When it comes to the numbers, here’s what these indexes offer. They track overall trends. Each reports that the broader luxury watch market is down. ChronoPulse, which has created a market index of 140 watches, shows the market as being down 0.91% in the last three months and down 1.09% in the last six months. WatchCharts’ index pulls from a smaller number of watches using only 60 brands to stand in for the broader markets. WatchCharts has the market down 1% in the last three months and down 1.8% in the last six months. Subdial, in partnership with financial news leader Bloomberg, tracks 50 watches to create their index. It does not offer a three-month/90-day option, but for the last six months it has the market as being down 2.9%. Wristcheck offers a 25, 50, and 100-watch index. The 100 watch index is down 1.9% for the last 90 days, and the Wristcheck 50 index is down 1.73%. 

So to reiterate, whether it is the last quarter or the last six months, these seems to be a consensus that the market is down somewhere between 1-3%.  
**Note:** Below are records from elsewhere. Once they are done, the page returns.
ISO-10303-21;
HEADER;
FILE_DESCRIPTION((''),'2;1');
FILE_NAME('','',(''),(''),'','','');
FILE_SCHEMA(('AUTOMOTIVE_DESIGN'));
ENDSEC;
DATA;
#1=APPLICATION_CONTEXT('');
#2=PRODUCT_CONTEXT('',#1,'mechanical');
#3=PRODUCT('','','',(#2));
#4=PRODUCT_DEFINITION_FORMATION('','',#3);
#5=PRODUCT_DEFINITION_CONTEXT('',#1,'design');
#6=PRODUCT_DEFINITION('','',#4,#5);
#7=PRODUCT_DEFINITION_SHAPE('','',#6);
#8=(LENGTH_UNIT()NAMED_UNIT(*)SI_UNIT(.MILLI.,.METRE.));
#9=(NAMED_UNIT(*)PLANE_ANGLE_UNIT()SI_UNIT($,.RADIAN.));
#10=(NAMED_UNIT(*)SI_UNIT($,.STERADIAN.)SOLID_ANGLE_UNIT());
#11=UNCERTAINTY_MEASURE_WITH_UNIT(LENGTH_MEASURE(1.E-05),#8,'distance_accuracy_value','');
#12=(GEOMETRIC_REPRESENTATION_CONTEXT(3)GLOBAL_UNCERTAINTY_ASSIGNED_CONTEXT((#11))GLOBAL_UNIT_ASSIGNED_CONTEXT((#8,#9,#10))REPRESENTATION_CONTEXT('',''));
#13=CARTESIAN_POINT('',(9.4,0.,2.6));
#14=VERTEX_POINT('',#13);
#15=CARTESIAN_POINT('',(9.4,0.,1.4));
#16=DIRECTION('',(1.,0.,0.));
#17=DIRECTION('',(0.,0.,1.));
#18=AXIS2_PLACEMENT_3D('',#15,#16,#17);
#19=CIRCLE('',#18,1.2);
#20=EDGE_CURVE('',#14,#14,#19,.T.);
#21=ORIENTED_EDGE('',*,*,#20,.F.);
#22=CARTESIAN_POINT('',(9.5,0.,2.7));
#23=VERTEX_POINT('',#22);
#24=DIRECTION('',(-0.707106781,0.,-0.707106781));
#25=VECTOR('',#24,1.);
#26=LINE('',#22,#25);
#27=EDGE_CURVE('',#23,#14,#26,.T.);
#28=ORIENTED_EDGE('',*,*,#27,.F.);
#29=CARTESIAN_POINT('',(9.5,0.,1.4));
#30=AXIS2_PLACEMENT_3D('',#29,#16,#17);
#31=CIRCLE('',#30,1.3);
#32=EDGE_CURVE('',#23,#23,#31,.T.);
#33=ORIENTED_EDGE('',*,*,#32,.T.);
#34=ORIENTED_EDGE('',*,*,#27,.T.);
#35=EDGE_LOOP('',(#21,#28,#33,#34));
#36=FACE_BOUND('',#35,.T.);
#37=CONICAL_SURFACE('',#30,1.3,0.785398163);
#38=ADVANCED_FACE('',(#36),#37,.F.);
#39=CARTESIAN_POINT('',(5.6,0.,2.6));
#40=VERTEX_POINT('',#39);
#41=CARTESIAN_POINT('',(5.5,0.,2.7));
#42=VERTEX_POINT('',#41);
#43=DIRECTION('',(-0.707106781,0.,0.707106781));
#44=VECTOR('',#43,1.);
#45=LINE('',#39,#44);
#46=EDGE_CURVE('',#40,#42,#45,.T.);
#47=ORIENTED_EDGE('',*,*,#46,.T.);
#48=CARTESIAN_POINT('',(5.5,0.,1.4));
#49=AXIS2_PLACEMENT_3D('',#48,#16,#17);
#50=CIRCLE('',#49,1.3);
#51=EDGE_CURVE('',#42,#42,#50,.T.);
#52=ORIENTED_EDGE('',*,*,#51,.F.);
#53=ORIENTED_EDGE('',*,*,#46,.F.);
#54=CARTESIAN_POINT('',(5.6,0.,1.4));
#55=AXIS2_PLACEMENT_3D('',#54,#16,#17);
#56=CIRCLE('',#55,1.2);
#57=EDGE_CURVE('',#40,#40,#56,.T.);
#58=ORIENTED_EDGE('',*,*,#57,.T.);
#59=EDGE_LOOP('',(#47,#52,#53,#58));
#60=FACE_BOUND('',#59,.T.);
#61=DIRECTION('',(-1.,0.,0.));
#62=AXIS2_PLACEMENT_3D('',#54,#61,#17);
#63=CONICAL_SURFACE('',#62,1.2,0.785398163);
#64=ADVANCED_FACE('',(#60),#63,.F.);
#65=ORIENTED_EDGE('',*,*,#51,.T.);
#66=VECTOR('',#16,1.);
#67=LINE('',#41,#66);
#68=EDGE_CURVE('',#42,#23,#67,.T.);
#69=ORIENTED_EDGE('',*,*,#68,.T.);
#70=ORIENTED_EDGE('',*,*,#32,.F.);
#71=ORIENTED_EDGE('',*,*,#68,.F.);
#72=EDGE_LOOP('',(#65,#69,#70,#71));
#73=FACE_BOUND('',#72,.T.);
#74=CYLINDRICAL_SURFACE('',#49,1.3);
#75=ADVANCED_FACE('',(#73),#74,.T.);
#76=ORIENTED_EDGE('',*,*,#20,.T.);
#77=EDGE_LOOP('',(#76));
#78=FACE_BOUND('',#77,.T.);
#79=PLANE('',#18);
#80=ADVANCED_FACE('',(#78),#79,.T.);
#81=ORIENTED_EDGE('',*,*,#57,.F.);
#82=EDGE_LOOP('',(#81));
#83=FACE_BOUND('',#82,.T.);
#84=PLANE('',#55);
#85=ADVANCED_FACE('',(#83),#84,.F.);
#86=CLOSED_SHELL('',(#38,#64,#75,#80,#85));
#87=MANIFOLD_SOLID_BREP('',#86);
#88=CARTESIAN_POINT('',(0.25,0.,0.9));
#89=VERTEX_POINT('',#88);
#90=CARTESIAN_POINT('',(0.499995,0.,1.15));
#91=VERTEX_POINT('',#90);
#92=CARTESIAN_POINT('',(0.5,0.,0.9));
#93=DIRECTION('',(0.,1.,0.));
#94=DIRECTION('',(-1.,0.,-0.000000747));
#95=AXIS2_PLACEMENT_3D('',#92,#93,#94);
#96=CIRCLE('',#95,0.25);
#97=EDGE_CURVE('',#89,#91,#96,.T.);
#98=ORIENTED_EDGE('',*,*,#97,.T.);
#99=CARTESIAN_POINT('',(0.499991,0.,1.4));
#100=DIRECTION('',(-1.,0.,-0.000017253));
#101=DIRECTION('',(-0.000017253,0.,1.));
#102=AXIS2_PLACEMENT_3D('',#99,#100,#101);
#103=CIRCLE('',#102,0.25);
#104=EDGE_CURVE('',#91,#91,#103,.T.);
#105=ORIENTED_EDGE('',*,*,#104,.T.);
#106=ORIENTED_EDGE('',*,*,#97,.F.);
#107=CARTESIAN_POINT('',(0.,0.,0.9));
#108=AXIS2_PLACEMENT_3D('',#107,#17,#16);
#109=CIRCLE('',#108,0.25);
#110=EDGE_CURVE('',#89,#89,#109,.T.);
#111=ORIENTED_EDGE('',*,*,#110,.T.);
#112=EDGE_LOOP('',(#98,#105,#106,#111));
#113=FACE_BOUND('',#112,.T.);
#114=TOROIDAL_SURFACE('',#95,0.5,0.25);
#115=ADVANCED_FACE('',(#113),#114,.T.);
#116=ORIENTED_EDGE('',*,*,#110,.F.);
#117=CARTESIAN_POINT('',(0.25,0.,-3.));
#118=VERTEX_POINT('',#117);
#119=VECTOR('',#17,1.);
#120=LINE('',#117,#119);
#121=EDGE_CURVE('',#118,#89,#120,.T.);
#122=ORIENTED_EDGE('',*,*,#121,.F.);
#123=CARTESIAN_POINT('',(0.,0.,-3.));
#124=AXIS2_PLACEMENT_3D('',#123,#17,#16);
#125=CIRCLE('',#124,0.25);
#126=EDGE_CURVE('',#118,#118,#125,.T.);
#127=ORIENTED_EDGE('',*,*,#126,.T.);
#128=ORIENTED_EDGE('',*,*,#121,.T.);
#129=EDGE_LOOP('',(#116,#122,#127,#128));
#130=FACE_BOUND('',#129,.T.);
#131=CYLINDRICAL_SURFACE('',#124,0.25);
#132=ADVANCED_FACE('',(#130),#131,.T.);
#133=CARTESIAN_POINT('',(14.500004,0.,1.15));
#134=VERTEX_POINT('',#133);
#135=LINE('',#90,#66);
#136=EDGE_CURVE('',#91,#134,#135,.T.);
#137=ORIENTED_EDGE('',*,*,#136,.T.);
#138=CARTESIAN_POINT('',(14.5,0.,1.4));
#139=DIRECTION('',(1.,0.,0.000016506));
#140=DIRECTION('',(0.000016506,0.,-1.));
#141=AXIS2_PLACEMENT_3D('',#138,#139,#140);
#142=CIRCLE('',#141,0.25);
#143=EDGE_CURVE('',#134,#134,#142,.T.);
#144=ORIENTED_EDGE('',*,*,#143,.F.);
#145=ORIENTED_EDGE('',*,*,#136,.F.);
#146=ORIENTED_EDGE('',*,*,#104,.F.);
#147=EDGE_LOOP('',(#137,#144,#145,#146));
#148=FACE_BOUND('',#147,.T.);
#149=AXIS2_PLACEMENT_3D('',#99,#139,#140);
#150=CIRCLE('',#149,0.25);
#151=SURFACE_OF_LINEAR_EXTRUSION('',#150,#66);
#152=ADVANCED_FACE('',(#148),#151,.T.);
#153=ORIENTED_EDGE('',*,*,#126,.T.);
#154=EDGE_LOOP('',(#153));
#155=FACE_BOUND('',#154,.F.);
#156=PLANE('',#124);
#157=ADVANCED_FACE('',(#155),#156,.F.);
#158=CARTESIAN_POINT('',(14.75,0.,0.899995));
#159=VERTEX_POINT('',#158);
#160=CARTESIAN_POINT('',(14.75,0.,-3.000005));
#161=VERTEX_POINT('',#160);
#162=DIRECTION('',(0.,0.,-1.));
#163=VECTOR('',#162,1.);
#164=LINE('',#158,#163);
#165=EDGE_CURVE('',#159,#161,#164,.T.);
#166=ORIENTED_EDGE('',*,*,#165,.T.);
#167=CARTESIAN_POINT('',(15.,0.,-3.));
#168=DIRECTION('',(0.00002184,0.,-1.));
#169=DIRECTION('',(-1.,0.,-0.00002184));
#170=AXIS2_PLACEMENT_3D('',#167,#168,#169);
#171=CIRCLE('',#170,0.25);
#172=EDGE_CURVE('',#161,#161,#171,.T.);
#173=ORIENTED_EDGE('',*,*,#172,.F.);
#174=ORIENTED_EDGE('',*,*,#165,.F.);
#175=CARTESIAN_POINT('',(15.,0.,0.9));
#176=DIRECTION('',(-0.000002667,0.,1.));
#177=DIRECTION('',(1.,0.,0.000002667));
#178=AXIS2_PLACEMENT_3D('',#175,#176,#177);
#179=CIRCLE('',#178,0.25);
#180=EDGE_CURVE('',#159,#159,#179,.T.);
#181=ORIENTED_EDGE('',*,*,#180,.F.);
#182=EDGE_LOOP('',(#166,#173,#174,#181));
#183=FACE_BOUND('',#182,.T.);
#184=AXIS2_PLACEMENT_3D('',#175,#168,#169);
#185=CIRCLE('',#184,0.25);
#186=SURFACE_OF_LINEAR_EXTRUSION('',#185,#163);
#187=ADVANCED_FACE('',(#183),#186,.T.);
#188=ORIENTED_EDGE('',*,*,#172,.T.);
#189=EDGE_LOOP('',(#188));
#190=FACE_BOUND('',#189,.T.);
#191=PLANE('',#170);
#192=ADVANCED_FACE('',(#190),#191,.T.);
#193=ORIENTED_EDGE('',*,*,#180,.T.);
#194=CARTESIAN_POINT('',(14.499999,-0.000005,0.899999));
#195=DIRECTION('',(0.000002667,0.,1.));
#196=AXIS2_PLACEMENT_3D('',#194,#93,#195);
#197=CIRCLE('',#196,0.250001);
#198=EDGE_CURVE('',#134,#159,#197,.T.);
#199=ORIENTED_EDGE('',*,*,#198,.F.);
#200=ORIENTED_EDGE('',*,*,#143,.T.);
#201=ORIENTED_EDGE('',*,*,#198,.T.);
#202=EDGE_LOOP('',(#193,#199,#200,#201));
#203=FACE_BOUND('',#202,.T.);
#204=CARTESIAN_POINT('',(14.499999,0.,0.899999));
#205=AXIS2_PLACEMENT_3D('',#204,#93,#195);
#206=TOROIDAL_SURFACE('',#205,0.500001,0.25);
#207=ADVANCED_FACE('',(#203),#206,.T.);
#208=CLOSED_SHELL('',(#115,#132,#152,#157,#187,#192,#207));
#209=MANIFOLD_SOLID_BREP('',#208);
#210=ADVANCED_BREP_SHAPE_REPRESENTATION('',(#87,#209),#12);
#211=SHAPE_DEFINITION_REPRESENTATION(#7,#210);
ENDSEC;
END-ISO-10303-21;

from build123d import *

# Parameters (mm, degrees)
SKETCH_R = 0.25


with BuildPart() as sweep_body:
    # Sweep: sweep along a path in Sketch001
    with BuildLine(Plane.XZ) as sweep_path:
        Line((0, -3), (0, 0.9))
        ThreePointArc((0, 0.9), (0.146443, 1.25355), (0.499991, 1.4))
        Line((0.499991, 1.4), (14.5, 1.4))
        ThreePointArc((14.5, 1.4), (14.853553, 1.253553), (15, 0.9))
        Line((15, 0.9), (15, -3))
    # Sketch → Sweep (sweep)
    with BuildSketch(Plane.XY.offset(-2)):
        Circle(SKETCH_R)
    sweep(path=sweep_path.line)


with BuildPart() as revolution:
    # Sketch002 → Revolution (revolve)
    with BuildSketch(Plane.XZ):
        Polygon((5.5, 2.7), (9.5, 2.7), (9.4, 2.6), (9.4, 1.4), (5.6, 1.4), (5.6, 2.6), align=None)
    revolve(axis=Axis((7.611803, 0, 1.4), (1, 0, 0)))


solid = Compound([sweep_body.part, revolution.part])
Much of the best information is paywalled. This makes sense because that information is probably the most valuable to industry professionals and serious flippers rather than individual collectors. It is an excellent way of tracking interest. Charging for them is also a way for the index companies to make their charts profitable. Scraping the web and then computing the number in real-time while also storing historical data is a costly service. But there is a real limit to the publicly shared data about the methodology used to compile the charts. Only one site, ChronoPulse, lists the model they use (Laspeyres for you nerds out there). Different modelling could explain the variation in incomes, but it’s impossible to know from this side of the paywall. And without knowing that, how can you judge which one is the most accurate?

It is nice to know the value of your watch or if interest in your favourite brand is increasing or decreasing. It’s fun to be able to use WatchCharts’ “track your collection” feature to figure out how your watch drawer is trending. But overall, without paying for the more precise data, these indexes are useful for a vibe check only rather than a perfect picture of a watch’s value. Even then, I struggle to picture a use case for the industry professionals. Conclusion: these charts are probably best for entertainment purposes only, and the best way to find out how much your watch is worth, is going out and trying to sell it.